Instructions for the task: After locating the line that contains "v 3.271 14.207 -1.334" in the data below, set down exactly that line and each one after it through the line that contains "v -6.005 13.759 -5.148", and nothing more.

────

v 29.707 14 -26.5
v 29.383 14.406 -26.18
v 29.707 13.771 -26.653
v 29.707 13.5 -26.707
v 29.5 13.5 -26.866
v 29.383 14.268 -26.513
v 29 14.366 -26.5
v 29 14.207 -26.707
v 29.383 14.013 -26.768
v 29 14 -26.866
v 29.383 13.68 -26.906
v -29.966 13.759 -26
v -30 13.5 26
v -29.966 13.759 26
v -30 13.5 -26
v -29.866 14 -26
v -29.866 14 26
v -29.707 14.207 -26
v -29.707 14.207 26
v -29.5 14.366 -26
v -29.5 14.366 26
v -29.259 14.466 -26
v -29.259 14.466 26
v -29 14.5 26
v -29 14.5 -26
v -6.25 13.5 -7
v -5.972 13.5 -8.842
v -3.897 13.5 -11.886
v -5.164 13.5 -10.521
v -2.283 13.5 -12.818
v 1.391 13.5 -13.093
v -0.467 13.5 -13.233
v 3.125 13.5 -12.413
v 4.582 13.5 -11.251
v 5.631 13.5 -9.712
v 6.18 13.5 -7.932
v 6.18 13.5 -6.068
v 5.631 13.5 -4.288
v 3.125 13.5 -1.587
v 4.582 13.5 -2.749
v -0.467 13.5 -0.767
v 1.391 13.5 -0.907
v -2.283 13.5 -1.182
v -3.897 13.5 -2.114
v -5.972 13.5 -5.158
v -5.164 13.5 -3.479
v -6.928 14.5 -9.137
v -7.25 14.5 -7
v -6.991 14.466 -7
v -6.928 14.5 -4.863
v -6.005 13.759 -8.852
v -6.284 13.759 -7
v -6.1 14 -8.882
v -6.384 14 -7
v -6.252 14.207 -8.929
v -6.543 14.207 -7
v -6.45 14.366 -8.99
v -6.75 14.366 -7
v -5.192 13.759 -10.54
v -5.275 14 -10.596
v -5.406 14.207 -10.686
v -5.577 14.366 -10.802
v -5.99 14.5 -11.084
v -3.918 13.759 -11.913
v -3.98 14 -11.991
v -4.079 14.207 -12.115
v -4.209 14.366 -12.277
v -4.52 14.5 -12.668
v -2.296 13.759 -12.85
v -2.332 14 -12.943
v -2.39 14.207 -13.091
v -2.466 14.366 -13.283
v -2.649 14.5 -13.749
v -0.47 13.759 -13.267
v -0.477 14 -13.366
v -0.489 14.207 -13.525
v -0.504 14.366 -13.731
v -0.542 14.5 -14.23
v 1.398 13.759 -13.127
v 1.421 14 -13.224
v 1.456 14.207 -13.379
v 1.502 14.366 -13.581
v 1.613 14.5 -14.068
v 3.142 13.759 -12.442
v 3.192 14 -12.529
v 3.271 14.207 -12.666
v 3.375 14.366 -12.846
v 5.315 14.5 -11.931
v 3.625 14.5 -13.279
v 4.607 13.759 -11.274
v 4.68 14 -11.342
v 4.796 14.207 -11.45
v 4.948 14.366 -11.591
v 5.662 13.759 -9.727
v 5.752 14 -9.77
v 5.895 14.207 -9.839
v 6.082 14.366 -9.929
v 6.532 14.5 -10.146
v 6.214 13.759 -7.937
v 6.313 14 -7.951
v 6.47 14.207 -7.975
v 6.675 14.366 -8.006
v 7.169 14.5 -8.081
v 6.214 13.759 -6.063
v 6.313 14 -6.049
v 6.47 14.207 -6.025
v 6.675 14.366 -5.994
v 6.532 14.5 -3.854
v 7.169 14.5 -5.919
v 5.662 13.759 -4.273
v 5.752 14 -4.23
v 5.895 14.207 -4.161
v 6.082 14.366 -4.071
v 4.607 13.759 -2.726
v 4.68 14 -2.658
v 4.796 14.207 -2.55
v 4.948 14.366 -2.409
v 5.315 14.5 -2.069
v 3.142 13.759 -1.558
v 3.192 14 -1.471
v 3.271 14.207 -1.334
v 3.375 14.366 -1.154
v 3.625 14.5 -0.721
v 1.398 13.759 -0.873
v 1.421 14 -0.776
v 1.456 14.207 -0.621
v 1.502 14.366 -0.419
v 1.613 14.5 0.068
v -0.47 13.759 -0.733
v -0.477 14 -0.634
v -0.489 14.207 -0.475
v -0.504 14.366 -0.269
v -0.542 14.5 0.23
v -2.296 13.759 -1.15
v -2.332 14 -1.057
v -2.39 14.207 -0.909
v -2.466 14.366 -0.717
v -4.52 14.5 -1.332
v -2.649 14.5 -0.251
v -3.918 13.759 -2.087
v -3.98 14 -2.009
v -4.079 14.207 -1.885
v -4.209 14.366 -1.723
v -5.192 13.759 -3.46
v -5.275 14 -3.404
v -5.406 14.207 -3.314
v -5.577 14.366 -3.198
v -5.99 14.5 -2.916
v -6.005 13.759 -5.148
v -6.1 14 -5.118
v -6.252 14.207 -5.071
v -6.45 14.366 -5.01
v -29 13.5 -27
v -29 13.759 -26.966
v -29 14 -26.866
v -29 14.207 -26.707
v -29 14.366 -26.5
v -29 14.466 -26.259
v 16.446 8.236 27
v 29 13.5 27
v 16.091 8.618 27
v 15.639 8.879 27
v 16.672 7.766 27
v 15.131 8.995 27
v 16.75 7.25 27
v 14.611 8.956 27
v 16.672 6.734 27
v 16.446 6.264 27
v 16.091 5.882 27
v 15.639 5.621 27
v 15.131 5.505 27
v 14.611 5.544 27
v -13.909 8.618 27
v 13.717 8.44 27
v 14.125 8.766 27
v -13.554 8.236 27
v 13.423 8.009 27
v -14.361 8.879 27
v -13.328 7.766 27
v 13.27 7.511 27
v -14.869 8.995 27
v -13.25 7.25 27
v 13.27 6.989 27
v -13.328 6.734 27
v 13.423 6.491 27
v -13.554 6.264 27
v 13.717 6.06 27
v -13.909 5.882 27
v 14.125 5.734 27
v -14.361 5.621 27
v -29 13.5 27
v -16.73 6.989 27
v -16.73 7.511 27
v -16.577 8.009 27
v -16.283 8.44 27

────

Written response:
v 3.271 14.207 -1.334
v 3.375 14.366 -1.154
v 3.625 14.5 -0.721
v 1.398 13.759 -0.873
v 1.421 14 -0.776
v 1.456 14.207 -0.621
v 1.502 14.366 -0.419
v 1.613 14.5 0.068
v -0.47 13.759 -0.733
v -0.477 14 -0.634
v -0.489 14.207 -0.475
v -0.504 14.366 -0.269
v -0.542 14.5 0.23
v -2.296 13.759 -1.15
v -2.332 14 -1.057
v -2.39 14.207 -0.909
v -2.466 14.366 -0.717
v -4.52 14.5 -1.332
v -2.649 14.5 -0.251
v -3.918 13.759 -2.087
v -3.98 14 -2.009
v -4.079 14.207 -1.885
v -4.209 14.366 -1.723
v -5.192 13.759 -3.46
v -5.275 14 -3.404
v -5.406 14.207 -3.314
v -5.577 14.366 -3.198
v -5.99 14.5 -2.916
v -6.005 13.759 -5.148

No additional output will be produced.